Nagle's algorithm combines these small outgoing messages into a single, larger message. The algorithm actually proscribes that as long as there is a sent packet for which the sender has received no acknowledgment from the recipient, the sender should keep combining payloads until a full packet’s worth is ready to be sent.
All of this is well and good. Until a sender using Nagle interacts with a recipient using TCP Delayed Acknowledgements. With delayed acknowledgements, the recipient may delay the ACK for up to 500ms to give the recipient a change to actually include the response with the ACK packet. Again, the idea is to increase the efficiency of TCP by reducing the number of ‘suboptimal’ packets.
Now consider how these two protocols work in conjunction (actually, opposition) with one another. Let’s say Fred is sending data to Barney. At the very end of the transmission, Fred has less than a complete packet’s worth of data to send. As specified in Nagle’s Algorithm, Fred will wait until it receives an ACK from Barney before it sends the last packet of data. After all, Fred might discover more information that needs to be sent. At the same time, Barney has implemented delayed acknowledgements. So Barney waits up to 500ms before sending an ACK in case the response can be sent back along with the ACK.
Both sides of the transmission end up waiting for the other. It is only the delayed acknowledgement timeout that breaks this impasse. And the result is the potential for occasionally waiting up to 500ms for a response to a GetMessage call. Sound familiar? That’s because it was pretty much exactly the problem we were facing.
There are two solutions to this problem. The first, which is completely unrealistic, is to turn off TCP delayed acknowledgments in Azure. Yeah, right.
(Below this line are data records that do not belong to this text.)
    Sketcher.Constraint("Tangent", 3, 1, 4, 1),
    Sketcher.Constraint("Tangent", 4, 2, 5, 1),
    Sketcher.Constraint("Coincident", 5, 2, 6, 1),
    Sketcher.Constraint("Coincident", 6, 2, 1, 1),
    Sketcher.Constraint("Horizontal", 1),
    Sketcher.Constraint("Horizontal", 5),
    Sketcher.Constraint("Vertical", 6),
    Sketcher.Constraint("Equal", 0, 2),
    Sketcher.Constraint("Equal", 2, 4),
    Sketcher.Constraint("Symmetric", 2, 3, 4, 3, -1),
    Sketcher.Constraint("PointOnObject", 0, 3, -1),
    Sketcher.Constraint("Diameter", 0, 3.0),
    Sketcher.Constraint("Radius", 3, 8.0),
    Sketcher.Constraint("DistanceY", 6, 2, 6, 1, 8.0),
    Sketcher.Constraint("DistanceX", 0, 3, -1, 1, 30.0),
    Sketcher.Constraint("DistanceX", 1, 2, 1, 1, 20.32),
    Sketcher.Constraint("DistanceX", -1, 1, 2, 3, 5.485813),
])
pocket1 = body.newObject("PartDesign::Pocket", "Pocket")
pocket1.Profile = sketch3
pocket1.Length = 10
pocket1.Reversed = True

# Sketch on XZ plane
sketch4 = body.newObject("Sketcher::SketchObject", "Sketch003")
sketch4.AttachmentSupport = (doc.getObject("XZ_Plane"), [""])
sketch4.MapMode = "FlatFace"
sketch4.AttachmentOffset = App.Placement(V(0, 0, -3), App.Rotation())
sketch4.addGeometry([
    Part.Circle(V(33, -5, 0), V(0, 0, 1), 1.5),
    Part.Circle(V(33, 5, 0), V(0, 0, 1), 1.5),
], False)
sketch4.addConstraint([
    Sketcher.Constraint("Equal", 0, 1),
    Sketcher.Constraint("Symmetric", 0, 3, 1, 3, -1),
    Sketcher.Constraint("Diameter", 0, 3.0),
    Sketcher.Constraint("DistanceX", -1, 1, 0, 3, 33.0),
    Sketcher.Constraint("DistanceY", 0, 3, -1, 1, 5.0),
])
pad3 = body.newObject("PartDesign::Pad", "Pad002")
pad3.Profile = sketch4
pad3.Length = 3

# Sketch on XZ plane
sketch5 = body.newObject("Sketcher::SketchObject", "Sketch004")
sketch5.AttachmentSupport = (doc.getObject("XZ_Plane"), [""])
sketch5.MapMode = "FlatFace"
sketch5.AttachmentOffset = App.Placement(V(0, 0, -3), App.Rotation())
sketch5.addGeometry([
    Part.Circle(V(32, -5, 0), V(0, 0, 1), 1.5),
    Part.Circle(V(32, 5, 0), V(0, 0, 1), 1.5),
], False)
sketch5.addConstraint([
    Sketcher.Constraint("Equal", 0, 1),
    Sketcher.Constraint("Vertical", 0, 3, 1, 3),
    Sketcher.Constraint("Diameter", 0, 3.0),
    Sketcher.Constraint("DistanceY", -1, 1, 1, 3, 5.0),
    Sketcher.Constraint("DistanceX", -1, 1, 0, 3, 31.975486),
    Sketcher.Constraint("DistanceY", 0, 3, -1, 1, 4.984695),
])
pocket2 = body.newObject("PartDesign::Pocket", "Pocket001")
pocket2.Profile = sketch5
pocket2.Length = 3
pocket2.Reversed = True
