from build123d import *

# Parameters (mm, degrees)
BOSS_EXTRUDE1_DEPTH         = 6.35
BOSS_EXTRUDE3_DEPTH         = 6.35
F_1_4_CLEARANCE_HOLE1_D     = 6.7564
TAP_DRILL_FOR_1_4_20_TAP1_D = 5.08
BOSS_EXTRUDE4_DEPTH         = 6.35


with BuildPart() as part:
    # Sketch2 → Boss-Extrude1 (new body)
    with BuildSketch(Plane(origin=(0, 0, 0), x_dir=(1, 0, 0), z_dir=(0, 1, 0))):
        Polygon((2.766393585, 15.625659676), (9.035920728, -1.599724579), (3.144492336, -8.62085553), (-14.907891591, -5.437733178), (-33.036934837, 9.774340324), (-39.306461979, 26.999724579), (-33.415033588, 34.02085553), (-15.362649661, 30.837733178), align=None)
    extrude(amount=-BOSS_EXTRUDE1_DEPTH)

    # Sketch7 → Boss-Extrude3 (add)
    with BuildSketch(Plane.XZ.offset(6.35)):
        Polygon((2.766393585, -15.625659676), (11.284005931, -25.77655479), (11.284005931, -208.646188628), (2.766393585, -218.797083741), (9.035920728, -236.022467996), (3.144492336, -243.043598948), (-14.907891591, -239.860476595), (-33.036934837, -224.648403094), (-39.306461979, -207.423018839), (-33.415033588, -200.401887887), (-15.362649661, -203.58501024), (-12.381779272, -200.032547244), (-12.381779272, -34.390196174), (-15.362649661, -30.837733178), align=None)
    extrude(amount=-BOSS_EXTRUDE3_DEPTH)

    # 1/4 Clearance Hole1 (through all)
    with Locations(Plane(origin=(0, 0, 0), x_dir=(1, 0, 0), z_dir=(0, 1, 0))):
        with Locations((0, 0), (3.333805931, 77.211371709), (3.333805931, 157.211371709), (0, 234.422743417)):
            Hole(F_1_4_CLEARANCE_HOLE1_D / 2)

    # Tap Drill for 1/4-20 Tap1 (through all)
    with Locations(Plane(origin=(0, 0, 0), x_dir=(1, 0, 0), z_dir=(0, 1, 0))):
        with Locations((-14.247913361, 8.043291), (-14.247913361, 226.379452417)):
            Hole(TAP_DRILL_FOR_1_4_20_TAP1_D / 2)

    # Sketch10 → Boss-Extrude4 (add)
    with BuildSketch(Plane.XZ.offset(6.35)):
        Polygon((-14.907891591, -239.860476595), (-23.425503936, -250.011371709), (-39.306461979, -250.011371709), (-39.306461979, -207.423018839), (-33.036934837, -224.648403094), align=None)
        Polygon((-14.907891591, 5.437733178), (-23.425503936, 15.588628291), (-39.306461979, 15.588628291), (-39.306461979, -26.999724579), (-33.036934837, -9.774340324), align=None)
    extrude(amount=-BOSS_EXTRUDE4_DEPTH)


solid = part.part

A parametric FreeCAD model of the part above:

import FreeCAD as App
import Part
import Sketcher
Q = App.Units.Quantity


def add_polygon(sketch, points):
    """Adds a closed chain of lines whose ends are joined by coincident constraints."""
    first, n = sketch.GeometryCount, len(points)
    for a, b in zip(points, points[1:] + points[:1]):
        sketch.addGeometry(Part.LineSegment(App.Vector(*a, 0), App.Vector(*b, 0)), False)
    for i in range(n):
        sketch.addConstraint(Sketcher.Constraint("Coincident", first + i, 2, first + (i + 1) % n, 1))

doc = App.newDocument("Part")
params = doc.addObject("Spreadsheet::Sheet", "Params")
for row, (alias, value) in enumerate([
    ("pad1_length", "0.25 in"),
    ("pad2_length", "0.25 in"),
    ("sketch3_diameter", "0.266 in"),
    ("hole_diameter", "0.266 in"),
    ("sketch4_diameter", "0.2 in"),
    ("hole2_diameter", "0.2 in"),
    ("pad3_length", "0.25 in"),
], start=1):
    params.set(f"A{row}", alias)
    params.set(f"B{row}", "=" + value)
    params.setAlias(f"B{row}", alias)

body = doc.addObject("PartDesign::Body", "Body")

# Sketch on XZ plane
sketch1 = doc.addObject("Sketcher::SketchObject", "Sketch")
body.addObject(sketch1)
sketch1.AttachmentSupport = (doc.XZ_Plane, [""])
sketch1.MapMode = "FlatFace"
add_polygon(sketch1, [(9, 2), (3, -16), (-15, -31), (-33, -34), (-39, -27), (-33, -10), (-15, 5), (3, 9)])  # lines 0-7
sketch1.addConstraint(Sketcher.Constraint("Perpendicular", 1, 3))
sketch1.addConstraint(Sketcher.Constraint("Parallel", 0, 4))
sketch1.addConstraint(Sketcher.Constraint("Perpendicular", 3, 5))
sketch1.addConstraint(Sketcher.Constraint("Parallel", 2, 6))
sketch1.addConstraint(Sketcher.Constraint("Perpendicular", 5, 7))
sketch1.addConstraint(Sketcher.Constraint("Equal", 0, 2))
sketch1.addConstraint(Sketcher.Constraint("Equal", 2, 4))
sketch1.addConstraint(Sketcher.Constraint("Equal", 1, 5))
sketch1.addConstraint(Sketcher.Constraint("Angle", 0, Q("-110 deg")))
sketch1.addConstraint(Sketcher.Constraint("Angle", 1, Q("-140 deg")))
sketch1.addConstraint(Sketcher.Constraint("Angle", 2, Q("-170 deg")))
sketch1.addConstraint(Sketcher.Constraint("DistanceX", 2, 2, 4, 2, Q("0.378099 mm")))
sketch1.addConstraint(Sketcher.Constraint("Distance", 0, Q("18.330871 mm")))
sketch1.addConstraint(Sketcher.Constraint("DistanceY", 0, 2, -1, 1, Q("15.62566 mm")))
sketch1.addConstraint(Sketcher.Constraint("DistanceX", 1, 2, -1, 1, Q("15.36265 mm")))
sketch1.addConstraint(Sketcher.Constraint("DistanceY", 4, 2, -1, 1, Q("9.77434 mm")))
pad1 = doc.addObject("PartDesign::Pad", "Pad")
body.addObject(pad1)
pad1.Profile = sketch1
pad1.setExpression("Length", "Params.pad1_length")

# Sketch on XZ plane
sketch2 = doc.addObject("Sketcher::SketchObject", "Sketch001")
body.addObject(sketch2)
sketch2.AttachmentSupport = (doc.XZ_Plane, [""])
sketch2.MapMode = "FlatFace"
sketch2.AttachmentOffset = App.Placement(App.Vector(0, 0, 0.25 * 25.4), App.Rotation())
add_polygon(sketch2, [(11.3, -25.8), (2.8, -15.6), (-15.4, -30.8), (-12.4, -34.4), (-12.4, -200), (-15.4, -203.6), (-33.4, -200.4), (-39.3, -207.4), (-33, -224.6), (-14.9, -239.9), (3.1, -243), (9, -236), (2.8, -218.8), (11.3, -208.6)])  # lines 0-13
sketch2.addConstraint(Sketcher.Constraint("Vertical", 3))
sketch2.addConstraint(Sketcher.Constraint("Vertical", 13))
sketch2.addConstraint(Sketcher.Constraint("Perpendicular", 0, 1))
sketch2.addConstraint(Sketcher.Constraint("Perpendicular", 1, 2))
sketch2.addConstraint(Sketcher.Constraint("Parallel", 4, 6))
sketch2.addConstraint(Sketcher.Constraint("Perpendicular", 6, 8))
sketch2.addConstraint(Sketcher.Constraint("Parallel", 5, 9))
sketch2.addConstraint(Sketcher.Constraint("Perpendicular", 8, 10))
sketch2.addConstraint(Sketcher.Constraint("Parallel", 7, 11))
sketch2.addConstraint(Sketcher.Constraint("Parallel", 10, 12))
sketch2.addConstraint(Sketcher.Constraint("Vertical", 1, 2, 4, 2))
sketch2.addConstraint(Sketcher.Constraint("Vertical", 0, 2, 11, 2))
sketch2.addConstraint(Sketcher.Constraint("Equal", 2, 4))
sketch2.addConstraint(Sketcher.Constraint("Equal", 5, 7))
sketch2.addConstraint(Sketcher.Constraint("Equal", 1, 8))
sketch2.addConstraint(Sketcher.Constraint("Equal", 7, 9))
sketch2.addConstraint(Sketcher.Constraint("Equal", 6, 10))
sketch2.addConstraint(Sketcher.Constraint("Angle", 0, Q("130 deg")))
sketch2.addConstraint(Sketcher.Constraint("Angle", 5, Q("170 deg")))
sketch2.addConstraint(Sketcher.Constraint("Angle", 7, Q("-70 deg")))
sketch2.addConstraint(Sketcher.Constraint("DistanceY", 3, 2, 3, 1, Q("165.642351 mm")))
sketch2.addConstraint(Sketcher.Constraint("DistanceY", 9, 2, -1, 1, Q("243.043599 mm")))
sketch2.addConstraint(Sketcher.Constraint("DistanceX", 5, 2, 7, 2, Q("0.378099 mm")))
sketch2.addConstraint(Sketcher.Constraint("DistanceX", 3, 2, 10, 2, Q("21.4177 mm")))
sketch2.addConstraint(Sketcher.Constraint("Distance", 2, Q("4.637411 mm")))
sketch2.addConstraint(Sketcher.Constraint("Distance", 5, Q("18.330871 mm")))
sketch2.addConstraint(Sketcher.Constraint("DistanceY", 13, 1, 13, 2, Q("182.869634 mm")))
sketch2.addConstraint(Sketcher.Constraint("DistanceX", 1, 2, -1, 1, Q("15.36265 mm")))
pad2 = doc.addObject("PartDesign::Pad", "Pad001")
body.addObject(pad2)
pad2.Profile = sketch2
pad2.setExpression("Length", "Params.pad2_length")
pad2.Reversed = True

# Sketch on XZ plane
sketch3 = doc.addObject("Sketcher::SketchObject", "Sketch002")
body.addObject(sketch3)
sketch3.AttachmentSupport = (doc.XZ_Plane, [""])
sketch3.MapMode = "FlatFace"
sketch3.addGeometry(Part.Circle(App.Vector(0, 0, 0), App.Vector(0, 0, 1), 3.4), False)
sketch3.addGeometry(Part.Circle(App.Vector(3.3, -77.2, 0), App.Vector(0, 0, 1), 3.4), False)
sketch3.addGeometry(Part.Circle(App.Vector(3.3, -157.2, 0), App.Vector(0, 0, 1), 3.4), False)
sketch3.addGeometry(Part.Circle(App.Vector(0, -234.4, 0), App.Vector(0, 0, 1), 3.4), False)
sketch3.addConstraint(Sketcher.Constraint("Coincident", 0, 3, -1, 1))
sketch3.addConstraint(Sketcher.Constraint("Equal", 0, 1))
sketch3.addConstraint(Sketcher.Constraint("Equal", 1, 2))
sketch3.addConstraint(Sketcher.Constraint("Equal", 2, 3))
sketch3.addConstraint(Sketcher.Constraint("PointOnObject", 3, 3, -2))
sketch3.addConstraint(Sketcher.Constraint("Vertical", 1, 3, 2, 3))
sketch3.addConstraint(Sketcher.Constraint("Diameter", 0, Q("0.266 in")))
sketch3.addConstraint(Sketcher.Constraint("DistanceY", 2, 3, 1, 3, Q("80 mm")))
sketch3.addConstraint(Sketcher.Constraint("DistanceY", 1, 3, -1, 1, Q("77.211372 mm")))
sketch3.addConstraint(Sketcher.Constraint("DistanceY", 3, 3, 2, 3, Q("77.211372 mm")))
sketch3.addConstraint(Sketcher.Constraint("DistanceX", -1, 1, 1, 3, Q("3.333806 mm")))
sketch3.setExpression("Constraints[6]", "Params.sketch3_diameter")
doc.recompute()
hole = doc.addObject("PartDesign::Hole", "Hole")
body.addObject(hole)
hole.Profile = sketch3
hole.ThreadType = "None"
hole.setExpression("Diameter", "Params.hole_diameter")
hole.DepthType = "ThroughAll"
hole.Reversed = True

# Sketch on XZ plane
sketch4 = doc.addObject("Sketcher::SketchObject", "Sketch003")
body.addObject(sketch4)
sketch4.AttachmentSupport = (doc.XZ_Plane, [""])
sketch4.MapMode = "FlatFace"
sketch4.addGeometry(Part.Circle(App.Vector(-14.2, -8, 0), App.Vector(0, 0, 1), 2.5), False)
sketch4.addGeometry(Part.Circle(App.Vector(-14.2, -226.4, 0), App.Vector(0, 0, 1), 2.5), False)
sketch4.addConstraint(Sketcher.Constraint("Equal", 0, 1))
sketch4.addConstraint(Sketcher.Constraint("Vertical", 0, 3, 1, 3))
sketch4.addConstraint(Sketcher.Constraint("Diameter", 0, Q("0.2 in")))
sketch4.addConstraint(Sketcher.Constraint("DistanceY", 0, 3, -1, 1, Q("8.043291 mm")))
sketch4.addConstraint(Sketcher.Constraint("DistanceY", 1, 3, 0, 3, Q("218.336161 mm")))
sketch4.addConstraint(Sketcher.Constraint("DistanceX", 0, 3, -1, 1, Q("14.247913 mm")))
sketch4.setExpression("Constraints[2]", "Params.sketch4_diameter")
doc.recompute()
hole2 = doc.addObject("PartDesign::Hole", "Hole001")
body.addObject(hole2)
hole2.Profile = sketch4
hole2.ThreadType = "None"
hole2.setExpression("Diameter", "Params.hole2_diameter")
hole2.DepthType = "ThroughAll"
hole2.Reversed = True

# Sketch on XZ plane
sketch5 = doc.addObject("Sketcher::SketchObject", "Sketch004")
body.addObject(sketch5)
sketch5.AttachmentSupport = (doc.XZ_Plane, [""])
sketch5.MapMode = "FlatFace"
sketch5.AttachmentOffset = App.Placement(App.Vector(0, 0, 0.25 * 25.4), App.Rotation())
add_polygon(sketch5, [(-23, -250), (-15, -240), (-33, -225), (-39, -207), (-39, -250)])  # lines 0-4
add_polygon(sketch5, [(-15, 5), (-23, 16), (-39, 16), (-39, -27), (-33, -10)])  # lines 5-9
sketch5.addConstraint(Sketcher.Constraint("Vertical", 3))
sketch5.addConstraint(Sketcher.Constraint("Horizontal", 4))
sketch5.addConstraint(Sketcher.Constraint("Horizontal", 6))
sketch5.addConstraint(Sketcher.Constraint("Vertical", 7))
sketch5.addConstraint(Sketcher.Constraint("Perpendicular", 0, 1))
sketch5.addConstraint(Sketcher.Constraint("Perpendicular", 5, 9))
sketch5.addConstraint(Sketcher.Constraint("Vertical", 4, 2, 5, 2))
sketch5.addConstraint(Sketcher.Constraint("Vertical", 3, 2, 6, 2))
sketch5.addConstraint(Sketcher.Constraint("Vertical", 1, 2, 8, 2))
sketch5.addConstraint(Sketcher.Constraint("Vertical", 0, 2, 9, 2))
sketch5.addConstraint(Sketcher.Constraint("Equal", 3, 7))
sketch5.addConstraint(Sketcher.Constraint("Equal", 0, 5))
sketch5.addConstraint(Sketcher.Constraint("Angle", 0, Q("50 deg")))
sketch5.addConstraint(Sketcher.Constraint("Angle", 2, Q("110 deg")))
sketch5.addConstraint(Sketcher.Constraint("DistanceX", 4, 1, 4, 2, Q("15.880958 mm")))
sketch5.addConstraint(Sketcher.Constraint("DistanceY", 4, 2, 5, 2, Q("265.6 mm")))
sketch5.addConstraint(Sketcher.Constraint("Distance", 2, Q("18.330871 mm")))
sketch5.addConstraint(Sketcher.Constraint("DistanceY", 3, 2, 3, 1, Q("42.588353 mm")))
sketch5.addConstraint(Sketcher.Constraint("DistanceX", 0, 2, -1, 1, Q("14.907892 mm")))
sketch5.addConstraint(Sketcher.Constraint("DistanceY", 2, 2, -1, 1, Q("207.423019 mm")))
pad3 = doc.addObject("PartDesign::Pad", "Pad002")
body.addObject(pad3)
pad3.Profile = sketch5
pad3.setExpression("Length", "Params.pad3_length")
pad3.Reversed = True

doc.recompute()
The second is much, much easier. Disable Nagle’s Algorithm in the call to GetMessage. In Azure, Nagle is enabled by default. To turn it off, you need to use the ServicePointManager .NET class.
CloudStorageAccount account = CloudStorageAccount.Parse(connectionString);
ServicePoint queueServicePoint =
ServicePointManager.FindServicePoint(account.QueueEndpoint); queueServicePoint.UseNagleAlgorithm = false;
So there you go. In order to be able to figure out why a couple of issues arose within Azure Queue Storage, you needed to be aware of HTTP status codes, the throttling limitations of Azure, queue design, TCP and John Nagle. As I initially started with, you need to be a poly-tech. And special thanks to Keith Hassen, who discovered much of what appears in this blog post while in the crucible of an escalating production problem.